Poi sabato mattina ho cercato una ricetta su uno dei miei libri di cucina, la dava per 4 persone e noi siamo in due, così ho pensato che avrei dimezzato le dosi, ma una volta al mercato mi faceva pena prendere 6 cozze e 6 gamberi, così ho pensato che un paio di amici a cui proporla li avrei trovati, così ho fatto una telefonata e il problema era risolto.

Di seguito la ricetta come l’ho fatta, era la mia prima volta in assoluto.

Ingredienti per la paella:
400 grammi di riso a chicco medio
1 seppia bianca fresca
1/2 petto di pollo
una dozzina di gamberi
una dozzina di cozze
1/2 peperone rosso
2 pomodori
1 cipolla bionda grande
1/2 bicchiere di piselli surgelati
1 o due bustine di zafferano

Ingredienti per il fumetto:
1 carota
1 gambo di sedano
1/2 cipolla rossa

Ho iniziato facendo il fumetto di pesce alla mia maniera: metto in un pentolino un mezzo cucchiaio d’olio, quando è caldo ci butto la carota a dadini, il sedano a listarelle e la cipolla rossa in due quarti e faccio sfrigolare un po’, giusto per appassire le verdure, poi aggiungo acqua calda a piacere, in questo caso circa un litro.
Nel frattempo ho sgusciato i gamberi tenendo da parte i gusci e le teste1.
La polpa va in frigo, gusci e teste in un padellino con un filo d’olio caldo a soffriggere per qualche minuto. Quando sono belli rossi e sfrigolanti verso tutto nel pentolino con le verdure e lascio arrivare ad ebollizione, poi spengo e lascio riposare qualche minuto. Successivamente con un colino cinese filtro il tutto e il fumetto è pronto.
Sempre in questa fase ho messo le cozze in un pentolino con un cucchiaio d’acqua e le ho fatte aprire a fuoco vivace con il coperchio. Dopo qualche minuto le ho scolate e ho tenuto solo la valva con il mollusco.

Ho poi iniziato la preparazione tagliando la cipolla bionda e il peperone a dadini piccoli e ho grattugiato i pomodori.

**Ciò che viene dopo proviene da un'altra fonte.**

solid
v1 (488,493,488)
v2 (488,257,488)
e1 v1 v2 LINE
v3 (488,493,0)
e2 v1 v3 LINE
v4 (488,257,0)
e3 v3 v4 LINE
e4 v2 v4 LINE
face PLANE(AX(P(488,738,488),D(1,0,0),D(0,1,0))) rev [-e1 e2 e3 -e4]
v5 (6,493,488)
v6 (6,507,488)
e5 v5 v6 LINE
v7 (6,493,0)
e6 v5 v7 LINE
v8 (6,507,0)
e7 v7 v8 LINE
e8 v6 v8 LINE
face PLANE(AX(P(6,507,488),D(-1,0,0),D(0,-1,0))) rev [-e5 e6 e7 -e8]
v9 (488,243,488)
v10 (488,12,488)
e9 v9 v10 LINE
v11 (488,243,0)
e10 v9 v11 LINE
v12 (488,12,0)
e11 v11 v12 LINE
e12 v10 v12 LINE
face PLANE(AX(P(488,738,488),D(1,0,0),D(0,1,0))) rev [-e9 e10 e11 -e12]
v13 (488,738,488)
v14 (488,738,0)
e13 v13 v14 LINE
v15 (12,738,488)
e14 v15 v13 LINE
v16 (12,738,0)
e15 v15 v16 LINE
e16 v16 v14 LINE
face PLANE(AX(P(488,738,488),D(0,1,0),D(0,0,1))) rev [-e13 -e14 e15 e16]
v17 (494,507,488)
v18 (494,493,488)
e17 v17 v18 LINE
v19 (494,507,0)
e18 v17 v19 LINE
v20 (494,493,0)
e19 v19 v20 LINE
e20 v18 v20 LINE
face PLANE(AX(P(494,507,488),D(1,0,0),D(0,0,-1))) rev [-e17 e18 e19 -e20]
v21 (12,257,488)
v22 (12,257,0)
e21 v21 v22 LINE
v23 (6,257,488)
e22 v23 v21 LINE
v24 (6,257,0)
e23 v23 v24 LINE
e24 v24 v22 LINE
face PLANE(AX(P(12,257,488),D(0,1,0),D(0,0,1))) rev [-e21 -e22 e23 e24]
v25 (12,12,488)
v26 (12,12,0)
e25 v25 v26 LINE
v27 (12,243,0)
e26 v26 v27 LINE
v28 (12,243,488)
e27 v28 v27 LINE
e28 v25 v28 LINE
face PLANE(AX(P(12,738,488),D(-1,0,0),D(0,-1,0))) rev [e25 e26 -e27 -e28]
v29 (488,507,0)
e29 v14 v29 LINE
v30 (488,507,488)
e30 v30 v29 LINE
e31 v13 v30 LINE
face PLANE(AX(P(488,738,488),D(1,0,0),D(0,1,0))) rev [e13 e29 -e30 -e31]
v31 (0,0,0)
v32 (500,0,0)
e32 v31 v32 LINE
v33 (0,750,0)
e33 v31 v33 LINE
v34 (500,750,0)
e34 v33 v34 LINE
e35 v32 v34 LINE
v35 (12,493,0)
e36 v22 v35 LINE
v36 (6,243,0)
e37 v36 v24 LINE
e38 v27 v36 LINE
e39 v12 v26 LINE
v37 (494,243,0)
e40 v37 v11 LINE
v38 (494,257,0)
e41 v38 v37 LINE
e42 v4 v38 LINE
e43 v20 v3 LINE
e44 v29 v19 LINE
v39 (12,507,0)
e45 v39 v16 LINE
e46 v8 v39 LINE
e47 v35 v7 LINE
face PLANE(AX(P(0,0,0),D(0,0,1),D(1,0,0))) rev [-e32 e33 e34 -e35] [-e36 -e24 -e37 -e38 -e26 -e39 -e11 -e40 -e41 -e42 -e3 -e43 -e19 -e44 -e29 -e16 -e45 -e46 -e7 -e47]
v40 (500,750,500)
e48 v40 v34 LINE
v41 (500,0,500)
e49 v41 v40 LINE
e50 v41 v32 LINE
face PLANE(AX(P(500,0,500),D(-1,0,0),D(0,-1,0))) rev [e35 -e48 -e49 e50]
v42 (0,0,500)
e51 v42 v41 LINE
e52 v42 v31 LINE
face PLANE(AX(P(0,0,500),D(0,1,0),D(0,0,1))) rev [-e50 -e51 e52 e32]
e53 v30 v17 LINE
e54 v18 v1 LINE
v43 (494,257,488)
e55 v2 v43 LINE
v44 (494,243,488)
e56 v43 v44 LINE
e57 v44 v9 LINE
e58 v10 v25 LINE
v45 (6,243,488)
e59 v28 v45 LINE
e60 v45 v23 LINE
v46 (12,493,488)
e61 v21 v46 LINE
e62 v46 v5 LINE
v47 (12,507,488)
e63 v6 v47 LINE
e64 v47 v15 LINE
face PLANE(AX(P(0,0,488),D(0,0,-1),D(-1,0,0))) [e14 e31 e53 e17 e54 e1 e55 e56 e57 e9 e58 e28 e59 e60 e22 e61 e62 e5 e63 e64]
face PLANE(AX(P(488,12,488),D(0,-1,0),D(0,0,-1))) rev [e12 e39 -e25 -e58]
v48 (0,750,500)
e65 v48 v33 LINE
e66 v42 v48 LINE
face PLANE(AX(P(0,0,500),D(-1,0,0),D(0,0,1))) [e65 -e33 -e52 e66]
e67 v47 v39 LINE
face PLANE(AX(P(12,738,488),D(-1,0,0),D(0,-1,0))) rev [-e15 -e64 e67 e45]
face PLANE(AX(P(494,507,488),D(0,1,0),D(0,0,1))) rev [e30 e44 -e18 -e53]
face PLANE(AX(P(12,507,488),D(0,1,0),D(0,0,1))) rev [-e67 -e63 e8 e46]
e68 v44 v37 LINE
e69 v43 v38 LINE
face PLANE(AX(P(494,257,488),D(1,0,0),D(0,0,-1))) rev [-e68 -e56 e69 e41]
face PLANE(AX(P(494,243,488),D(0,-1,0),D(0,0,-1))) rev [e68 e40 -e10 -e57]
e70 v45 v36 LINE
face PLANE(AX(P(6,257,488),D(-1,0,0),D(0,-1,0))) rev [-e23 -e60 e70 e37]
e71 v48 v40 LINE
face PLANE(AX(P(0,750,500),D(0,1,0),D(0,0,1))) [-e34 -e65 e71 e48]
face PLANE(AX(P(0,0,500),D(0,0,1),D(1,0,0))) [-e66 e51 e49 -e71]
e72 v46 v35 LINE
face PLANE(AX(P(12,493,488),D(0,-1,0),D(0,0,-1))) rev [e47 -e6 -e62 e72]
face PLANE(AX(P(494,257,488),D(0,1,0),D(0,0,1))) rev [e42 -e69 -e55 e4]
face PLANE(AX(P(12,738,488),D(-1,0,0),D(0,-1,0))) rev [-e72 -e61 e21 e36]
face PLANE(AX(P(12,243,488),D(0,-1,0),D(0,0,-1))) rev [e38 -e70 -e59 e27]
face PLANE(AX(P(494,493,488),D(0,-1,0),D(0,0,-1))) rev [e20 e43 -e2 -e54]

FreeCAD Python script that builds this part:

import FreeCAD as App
import Part
import Sketcher

V = App.Vector


def add_polygon(sketch, points):
    """Adds a closed chain of lines whose ends are joined by coincident constraints."""
    first, n = sketch.GeometryCount, len(points)
    for a, b in zip(points, points[1:] + points[:1]):
        sketch.addGeometry(Part.LineSegment(App.Vector(*a, 0), App.Vector(*b, 0)), False)
    for i in range(n):
        sketch.addConstraint(Sketcher.Constraint("Coincident", first + i, 2, first + (i + 1) % n, 1))

doc = App.newDocument("Part")
body = doc.addObject("PartDesign::Body", "Body")

# Sketch on XY plane
sketch1 = body.newObject("Sketcher::SketchObject", "Sketch")
sketch1.AttachmentSupport = (doc.getObject("XY_Plane"), [""])
sketch1.MapMode = "FlatFace"
add_polygon(sketch1, [(0, 750), (0, 0), (500, 0), (500, 750)])  # lines 0-3
sketch1.addConstraint([
    Sketcher.Constraint("Vertical", 0),
    Sketcher.Constraint("Horizontal", 1),
    Sketcher.Constraint("Vertical", 2),
    Sketcher.Constraint("Horizontal", 3),
    Sketcher.Constraint("Coincident", 0, 2, -1, 1),
    Sketcher.Constraint("DistanceX", 1, 1, 1, 2, 500.0),
    Sketcher.Constraint("DistanceY", 0, 2, 0, 1, 750.0),
])
pad1 = body.newObject("PartDesign::Pad", "Pad")
pad1.Profile = sketch1
pad1.Length = 500

# Sketch on XY plane
sketch2 = body.newObject("Sketcher::SketchObject", "Sketch001")
sketch2.AttachmentSupport = (doc.getObject("XY_Plane"), [""])
sketch2.MapMode = "FlatFace"
add_polygon(sketch2, [(488, 738), (488, 12), (12, 12), (12, 738)])  # lines 0-3
sketch2.addConstraint([
    Sketcher.Constraint("Vertical", 0),
    Sketcher.Constraint("Horizontal", 1),
    Sketcher.Constraint("Vertical", 2),
    Sketcher.Constraint("Horizontal", 3),
    Sketcher.Constraint("DistanceX", 1, 2, 1, 1, 476.0),
    Sketcher.Constraint("DistanceY", 0, 2, 0, 1, 726.0),
    Sketcher.Constraint("DistanceX", -1, 1, 0, 2, 488.0),
    Sketcher.Constraint("DistanceY", -1, 1, 0, 2, 12.0),
])
pocket1 = body.newObject("PartDesign::Pocket", "Pocket")
pocket1.Profile = sketch2
pocket1.Length = 488
pocket1.Reversed = True

# Sketch on XY plane
sketch3 = body.newObject("Sketcher::SketchObject", "Sketch002")
sketch3.AttachmentSupport = (doc.getObject("XY_Plane"), [""])
sketch3.MapMode = "FlatFace"
add_polygon(sketch3, [(494, 257), (494, 243), (488, 243), (488, 257)])  # lines 0-3
add_polygon(sketch3, [(494, 507), (494, 493), (488, 493), (488, 507)])  # lines 4-7
add_polygon(sketch3, [(12, 507), (12, 493), (6, 493), (6, 507)])  # lines 8-11
add_polygon(sketch3, [(12, 257), (12, 243), (6, 243), (6, 257)])  # lines 12-15
sketch3.addConstraint([
    Sketcher.Constraint("Vertical", 0),
    Sketcher.Constraint("Horizontal", 1),
    Sketcher.Constraint("Vertical", 2),
    Sketcher.Constraint("Horizontal", 3),
    Sketcher.Constraint("Vertical", 4),
    Sketcher.Constraint("Horizontal", 5),
    Sketcher.Constraint("Vertical", 6),
    Sketcher.Constraint("Horizontal", 7),
    Sketcher.Constraint("Vertical", 8),
    Sketcher.Constraint("Horizontal", 9),
    Sketcher.Constraint("Vertical", 10),
    Sketcher.Constraint("Horizontal", 11),
    Sketcher.Constraint("Vertical", 12),
    Sketcher.Constraint("Horizontal", 13),
    Sketcher.Constraint("Vertical", 14),
    Sketcher.Constraint("Horizontal", 15),
    Sketcher.Constraint("Horizontal", 5, 2, 8, 2),
    Sketcher.Constraint("Horizontal", 7, 2, 10, 2),
    Sketcher.Constraint("Horizontal", 1, 2, 12, 2),
    Sketcher.Constraint("Horizontal", 3, 2, 14, 2),
    Sketcher.Constraint("Vertical", 3, 2, 4, 2),
    Sketcher.Constraint("Vertical", 2, 2, 5, 2),
    Sketcher.Constraint("Vertical", 11, 2, 12, 2),
    Sketcher.Constraint("Vertical", 10, 2, 13, 2),
    Sketcher.Constraint("Equal", 7, 9),
    Sketcher.Constraint("Equal", 2, 4),
    Sketcher.Constraint("DistanceX", 1, 2, 1, 1, 6.0),
    Sketcher.Constraint("DistanceY", 0, 2, 0, 1, 14.0),
    Sketcher.Constraint("DistanceX", -1, 1, 0, 2, 494.0),
    Sketcher.Constraint("DistanceY", -1, 1, 0, 2, 243.0),
    Sketcher.Constraint("DistanceY", -1, 1, 4, 2, 493.0),
    Sketcher.Constraint("DistanceX", -1, 1, 8, 2, 12.0),
])
pocket2 = body.newObject("PartDesign::Pocket", "Pocket001")
pocket2.Profile = sketch3
pocket2.Length = 488
pocket2.Reversed = True

doc.recompute()
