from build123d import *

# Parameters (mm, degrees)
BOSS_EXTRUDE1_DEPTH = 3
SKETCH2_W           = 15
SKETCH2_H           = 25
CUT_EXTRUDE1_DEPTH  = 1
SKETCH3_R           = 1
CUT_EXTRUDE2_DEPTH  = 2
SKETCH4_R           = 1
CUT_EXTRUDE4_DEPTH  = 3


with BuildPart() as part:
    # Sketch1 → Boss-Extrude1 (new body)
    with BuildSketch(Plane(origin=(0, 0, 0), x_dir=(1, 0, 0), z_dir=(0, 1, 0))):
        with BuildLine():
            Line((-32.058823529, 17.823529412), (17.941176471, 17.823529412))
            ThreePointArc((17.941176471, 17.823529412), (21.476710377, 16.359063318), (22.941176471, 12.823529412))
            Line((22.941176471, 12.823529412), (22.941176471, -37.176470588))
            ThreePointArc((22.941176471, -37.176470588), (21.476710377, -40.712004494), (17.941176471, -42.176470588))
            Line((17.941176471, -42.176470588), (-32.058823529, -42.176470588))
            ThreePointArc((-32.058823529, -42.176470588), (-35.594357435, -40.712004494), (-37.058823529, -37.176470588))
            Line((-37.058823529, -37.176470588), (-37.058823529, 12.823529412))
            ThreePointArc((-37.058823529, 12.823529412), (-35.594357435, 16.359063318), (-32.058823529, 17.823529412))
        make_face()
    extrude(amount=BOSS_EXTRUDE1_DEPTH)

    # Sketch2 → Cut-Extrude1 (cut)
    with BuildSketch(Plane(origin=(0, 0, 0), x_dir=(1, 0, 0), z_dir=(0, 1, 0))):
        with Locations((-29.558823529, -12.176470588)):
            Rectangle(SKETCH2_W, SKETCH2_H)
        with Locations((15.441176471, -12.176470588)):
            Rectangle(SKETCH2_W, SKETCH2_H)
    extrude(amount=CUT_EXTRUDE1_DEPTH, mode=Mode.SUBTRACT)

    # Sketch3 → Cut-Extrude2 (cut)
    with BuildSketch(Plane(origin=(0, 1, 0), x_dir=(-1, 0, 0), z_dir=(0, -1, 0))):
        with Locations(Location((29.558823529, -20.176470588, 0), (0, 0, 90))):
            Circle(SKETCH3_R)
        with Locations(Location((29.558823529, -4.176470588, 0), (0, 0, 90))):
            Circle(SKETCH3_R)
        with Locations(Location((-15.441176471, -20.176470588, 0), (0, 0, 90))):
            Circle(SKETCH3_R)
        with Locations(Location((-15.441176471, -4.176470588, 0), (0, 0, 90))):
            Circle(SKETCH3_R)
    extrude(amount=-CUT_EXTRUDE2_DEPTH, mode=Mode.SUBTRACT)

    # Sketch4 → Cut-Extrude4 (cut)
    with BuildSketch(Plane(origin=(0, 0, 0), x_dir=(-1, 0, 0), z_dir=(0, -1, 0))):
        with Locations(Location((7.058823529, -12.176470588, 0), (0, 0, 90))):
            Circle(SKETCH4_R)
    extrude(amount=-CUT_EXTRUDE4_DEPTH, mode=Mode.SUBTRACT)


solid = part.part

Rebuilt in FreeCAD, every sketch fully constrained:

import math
import FreeCAD as App
import Part
import Sketcher
from FreeCAD import Vector
Q = App.Units.Quantity


def add_polygon(sketch, points):
    """Adds a closed chain of lines whose ends are joined by coincident constraints."""
    first, n = sketch.GeometryCount, len(points)
    for a, b in zip(points, points[1:] + points[:1]):
        sketch.addGeometry(Part.LineSegment(App.Vector(*a, 0), App.Vector(*b, 0)), False)
    for i in range(n):
        sketch.addConstraint(Sketcher.Constraint("Coincident", first + i, 2, first + (i + 1) % n, 1))

doc = App.newDocument("Part")
params = doc.addObject("Spreadsheet::Sheet", "Params")
for row, (alias, value) in enumerate([
    ("sketch1_radius", "5 mm"),
    ("sketch1_width", "50 mm"),
    ("pad1_length", "3 mm"),
    ("sketch2_width", "15 mm"),
    ("sketch2_height", "25 mm"),
    ("pocket1_length", "1 mm"),
    ("sketch3_diameter", "2 mm"),
    ("pocket2_length", "2 mm"),
    ("sketch4_diameter", "2 mm"),
    ("pocket3_length", "3 mm"),
], start=1):
    params.set(f"A{row}", alias)
    params.set(f"B{row}", "=" + value)
    params.setAlias(f"B{row}", alias)

body = doc.addObject("PartDesign::Body", "Body")

# Sketch on XZ plane
sketch1 = body.newObject("Sketcher::SketchObject", "Sketch")
sketch1.AttachmentSupport = (doc.getObject("XZ_Plane"), [""])
sketch1.MapMode = "FlatFace"
sketch1.addGeometry([
    Part.LineSegment(Vector(18, -18, 0), Vector(-32, -18, 0)),  # 0
    Part.ArcOfCircle(Part.Circle(Vector(-32, -13, 0), Vector(0, 0, 1), 5), math.radians(180), math.radians(270)),  # 1
    Part.LineSegment(Vector(-37, -13, 0), Vector(-37, 37, 0)),  # 2
    Part.ArcOfCircle(Part.Circle(Vector(-32, 37, 0), Vector(0, 0, 1), 5), math.radians(90), math.radians(180)),  # 3
    Part.LineSegment(Vector(-32, 42, 0), Vector(18, 42, 0)),  # 4
    Part.ArcOfCircle(Part.Circle(Vector(18, 37, 0), Vector(0, 0, 1), 5), math.radians(0), math.radians(90)),  # 5
    Part.LineSegment(Vector(23, 37, 0), Vector(23, -13, 0)),  # 6
    Part.ArcOfCircle(Part.Circle(Vector(18, -13, 0), Vector(0, 0, 1), 5), math.radians(-90), math.radians(0)),  # 7
], False)
sketch1.addConstraint([
    Sketcher.Constraint("Tangent", 0, 2, 1, 2),
    Sketcher.Constraint("Tangent", 1, 1, 2, 1),
    Sketcher.Constraint("Tangent", 2, 2, 3, 2),
    Sketcher.Constraint("Tangent", 3, 1, 4, 1),
    Sketcher.Constraint("Tangent", 4, 2, 5, 2),
    Sketcher.Constraint("Tangent", 5, 1, 6, 1),
    Sketcher.Constraint("Tangent", 6, 2, 7, 2),
    Sketcher.Constraint("Tangent", 7, 1, 0, 1),
    Sketcher.Constraint("Horizontal", 0),
    Sketcher.Constraint("Vertical", 2),
    Sketcher.Constraint("Horizontal", 4),
    Sketcher.Constraint("Vertical", 6),
    Sketcher.Constraint("Equal", 1, 3),
    Sketcher.Constraint("Equal", 3, 5),
    Sketcher.Constraint("Equal", 5, 7),
    Sketcher.Constraint("Equal", 4, 2),
    Sketcher.Constraint("Radius", 1, Q("5 mm")),
    Sketcher.Constraint("DistanceX", 0, 2, 0, 1, Q("50 mm")),
    Sketcher.Constraint("DistanceY", 1, 3, -1, 1, Q("12.823529 mm")),
    Sketcher.Constraint("DistanceX", 1, 3, -1, 1, Q("32.058824 mm")),
])
sketch1.setExpression("Constraints[16]", "Params.sketch1_radius")
sketch1.setExpression("Constraints[17]", "Params.sketch1_width")
pad1 = body.newObject("PartDesign::Pad", "Pad")
pad1.Profile = sketch1
pad1.setExpression("Length", "Params.pad1_length")
pad1.Reversed = True

# Sketch on XZ plane
sketch2 = body.newObject("Sketcher::SketchObject", "Sketch001")
sketch2.AttachmentSupport = (doc.getObject("XZ_Plane"), [""])
sketch2.MapMode = "FlatFace"
add_polygon(sketch2, [(-37, 0), (-37, 25), (-22, 25), (-22, 0)])  # lines 0-3
add_polygon(sketch2, [(8, 0), (8, 25), (23, 25), (23, 0)])  # lines 4-7
sketch2.addConstraint([
    Sketcher.Constraint("Vertical", 0),
    Sketcher.Constraint("Horizontal", 1),
    Sketcher.Constraint("Vertical", 2),
    Sketcher.Constraint("Horizontal", 3),
    Sketcher.Constraint("Vertical", 4),
    Sketcher.Constraint("Horizontal", 5),
    Sketcher.Constraint("Vertical", 6),
    Sketcher.Constraint("Horizontal", 7),
    Sketcher.Constraint("Horizontal", 1, 2, 4, 2),
    Sketcher.Constraint("Horizontal", 3, 2, 6, 2),
    Sketcher.Constraint("Equal", 3, 5),
    Sketcher.Constraint("DistanceX", 1, 1, 1, 2, Q("15 mm")),
    Sketcher.Constraint("DistanceY", 0, 1, 0, 2, Q("25 mm")),
    Sketcher.Constraint("DistanceX", 1, 2, 4, 2, Q("30 mm")),
    Sketcher.Constraint("DistanceY", -1, 1, 0, 2, Q("24.676471 mm")),
    Sketcher.Constraint("DistanceX", 0, 2, -1, 1, Q("37.058824 mm")),
])
sketch2.setExpression("Constraints[19]", "Params.sketch2_width")
sketch2.setExpression("Constraints[20]", "Params.sketch2_height")
pocket1 = body.newObject("PartDesign::Pocket", "Pocket")
pocket1.Profile = sketch2
pocket1.setExpression("Length", "Params.pocket1_length")

# Sketch on XZ plane
sketch3 = body.newObject("Sketcher::SketchObject", "Sketch002")
sketch3.AttachmentSupport = (doc.getObject("XZ_Plane"), [""])
sketch3.MapMode = "FlatFace"
sketch3.AttachmentOffset = App.Placement(Vector(0, 0, -1), App.Rotation())
sketch3.addGeometry([
    Part.Circle(Vector(-29.6, 20.2, 0), Vector(0, 0, 1), 1),
    Part.Circle(Vector(-29.6, 4.2, 0), Vector(0, 0, 1), 1),
    Part.Circle(Vector(15.4, 20.2, 0), Vector(0, 0, 1), 1),
    Part.Circle(Vector(15.4, 4.2, 0), Vector(0, 0, 1), 1),
], False)
sketch3.addConstraint([
    Sketcher.Constraint("Equal", 0, 1),
    Sketcher.Constraint("Equal", 1, 2),
    Sketcher.Constraint("Equal", 2, 3),
    Sketcher.Constraint("Horizontal", 0, 3, 2, 3),
    Sketcher.Constraint("Horizontal", 1, 3, 3, 3),
    Sketcher.Constraint("Vertical", 0, 3, 1, 3),
    Sketcher.Constraint("Vertical", 2, 3, 3, 3),
    Sketcher.Constraint("Diameter", 0, Q("2 mm")),
    Sketcher.Constraint("DistanceY", 1, 3, 0, 3, Q("16 mm")),
    Sketcher.Constraint("DistanceX", 0, 3, 2, 3, Q("45 mm")),
    Sketcher.Constraint("DistanceY", -1, 1, 0, 3, Q("20.176471 mm")),
    Sketcher.Constraint("DistanceX", 0, 3, -1, 1, Q("29.558824 mm")),
])
sketch3.setExpression("Constraints[7]", "Params.sketch3_diameter")
pocket2 = body.newObject("PartDesign::Pocket", "Pocket001")
pocket2.Profile = sketch3
pocket2.setExpression("Length", "Params.pocket2_length")

# Sketch on XZ plane
sketch4 = body.newObject("Sketcher::SketchObject", "Sketch003")
sketch4.AttachmentSupport = (doc.getObject("XZ_Plane"), [""])
sketch4.MapMode = "FlatFace"
sketch4.addGeometry(Part.Circle(Vector(-7.1, 12.2, 0), Vector(0, 0, 1), 1), False)
sketch4.addConstraint([
    Sketcher.Constraint("Diameter", 0, Q("2 mm")),
    Sketcher.Constraint("DistanceY", -1, 1, 0, 3, Q("12.176471 mm")),
    Sketcher.Constraint("DistanceX", 0, 3, -1, 1, Q("7.058824 mm")),
])
sketch4.setExpression("Constraints[0]", "Params.sketch4_diameter")
pocket3 = body.newObject("PartDesign::Pocket", "Pocket002")
pocket3.Profile = sketch4
pocket3.setExpression("Length", "Params.pocket3_length")

doc.recompute()
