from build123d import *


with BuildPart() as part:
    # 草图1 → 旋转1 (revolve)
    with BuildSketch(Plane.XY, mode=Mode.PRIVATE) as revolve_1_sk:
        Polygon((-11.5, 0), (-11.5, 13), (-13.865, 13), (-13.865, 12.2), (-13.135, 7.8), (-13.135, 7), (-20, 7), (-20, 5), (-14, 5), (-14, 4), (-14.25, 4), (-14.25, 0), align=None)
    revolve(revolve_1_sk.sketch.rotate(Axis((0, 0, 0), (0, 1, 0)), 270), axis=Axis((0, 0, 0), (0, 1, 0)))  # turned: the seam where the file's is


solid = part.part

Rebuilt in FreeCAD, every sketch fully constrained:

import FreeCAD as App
import Part
import Sketcher

V = App.Vector


def add_polygon(sketch, points):
    """Adds a closed chain of lines whose ends are joined by coincident constraints."""
    first, n = sketch.GeometryCount, len(points)
    for a, b in zip(points, points[1:] + points[:1]):
        sketch.addGeometry(Part.LineSegment(App.Vector(*a, 0), App.Vector(*b, 0)), False)
    for i in range(n):
        sketch.addConstraint(Sketcher.Constraint("Coincident", first + i, 2, first + (i + 1) % n, 1))

doc = App.newDocument("Part")
body = doc.addObject("PartDesign::Body", "Body")

# Sketch on XY plane
sketch1 = doc.addObject("Sketcher::SketchObject", "Sketch")
body.addObject(sketch1)
sketch1.AttachmentSupport = (doc.XY_Plane, [""])
sketch1.MapMode = "FlatFace"
add_polygon(sketch1, [(-11.5, 0), (-11.5, 13), (-13.87, 13), (-13.87, 12.2), (-13.13, 7.8), (-13.13, 7), (-20, 7), (-20, 5), (-14, 5), (-14, 4), (-14.25, 4), (-14.25, 0)])  # lines 0-11
sketch1.addConstraint([
    Sketcher.Constraint("Vertical", 0),
    Sketcher.Constraint("Horizontal", 1),
    Sketcher.Constraint("Vertical", 2),
    Sketcher.Constraint("Vertical", 4),
    Sketcher.Constraint("Horizontal", 5),
    Sketcher.Constraint("Vertical", 6),
    Sketcher.Constraint("Horizontal", 7),
    Sketcher.Constraint("Vertical", 8),
    Sketcher.Constraint("Horizontal", 9),
    Sketcher.Constraint("Vertical", 10),
    Sketcher.Constraint("Horizontal", 11),
    Sketcher.Constraint("PointOnObject", 10, 2, -1),
    Sketcher.Constraint("Equal", 2, 4),
    Sketcher.Constraint("DistanceX", 7, 1, 7, 2, 6.0),
    Sketcher.Constraint("DistanceY", 0, 1, 0, 2, 13.0),
    Sketcher.Constraint("DistanceY", 6, 2, 6, 1, 2.0),
    Sketcher.Constraint("DistanceY", 8, 2, 8, 1, 1.0),
    Sketcher.Constraint("DistanceY", 10, 2, 10, 1, 4.0),
    Sketcher.Constraint("DistanceY", 2, 2, 2, 1, 0.8),
    Sketcher.Constraint("DistanceX", 5, 2, -1, 1, 20.0),
    Sketcher.Constraint("DistanceX", 9, 2, 9, 1, 0.25),
    Sketcher.Constraint("DistanceX", 11, 1, 11, 2, 2.75),
    Sketcher.Constraint("DistanceX", 1, 2, 1, 1, 2.365),
    Sketcher.Constraint("DistanceX", 5, 2, 5, 1, 6.865),
])
revolution = doc.addObject("PartDesign::Revolution", "Revolution")
body.addObject(revolution)
revolution.Profile = sketch1
revolution.ReferenceAxis = (sketch1, ["V_Axis"])
revolution.Angle = 360

doc.recompute()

Non l’avevo mai fatto, il pomodoro di questo periodo si presta bene, perché è piuttosto duro e non si sfalda, in pratica grattugiandolo si ottiene una specie di purè di pomodoro. La pelle l’ho buttata.
Ho fatto a dadi medio/grossi il pollo e la seppia, facendo attenzione che i pezzi fossero abbastanza simili come dimensioni.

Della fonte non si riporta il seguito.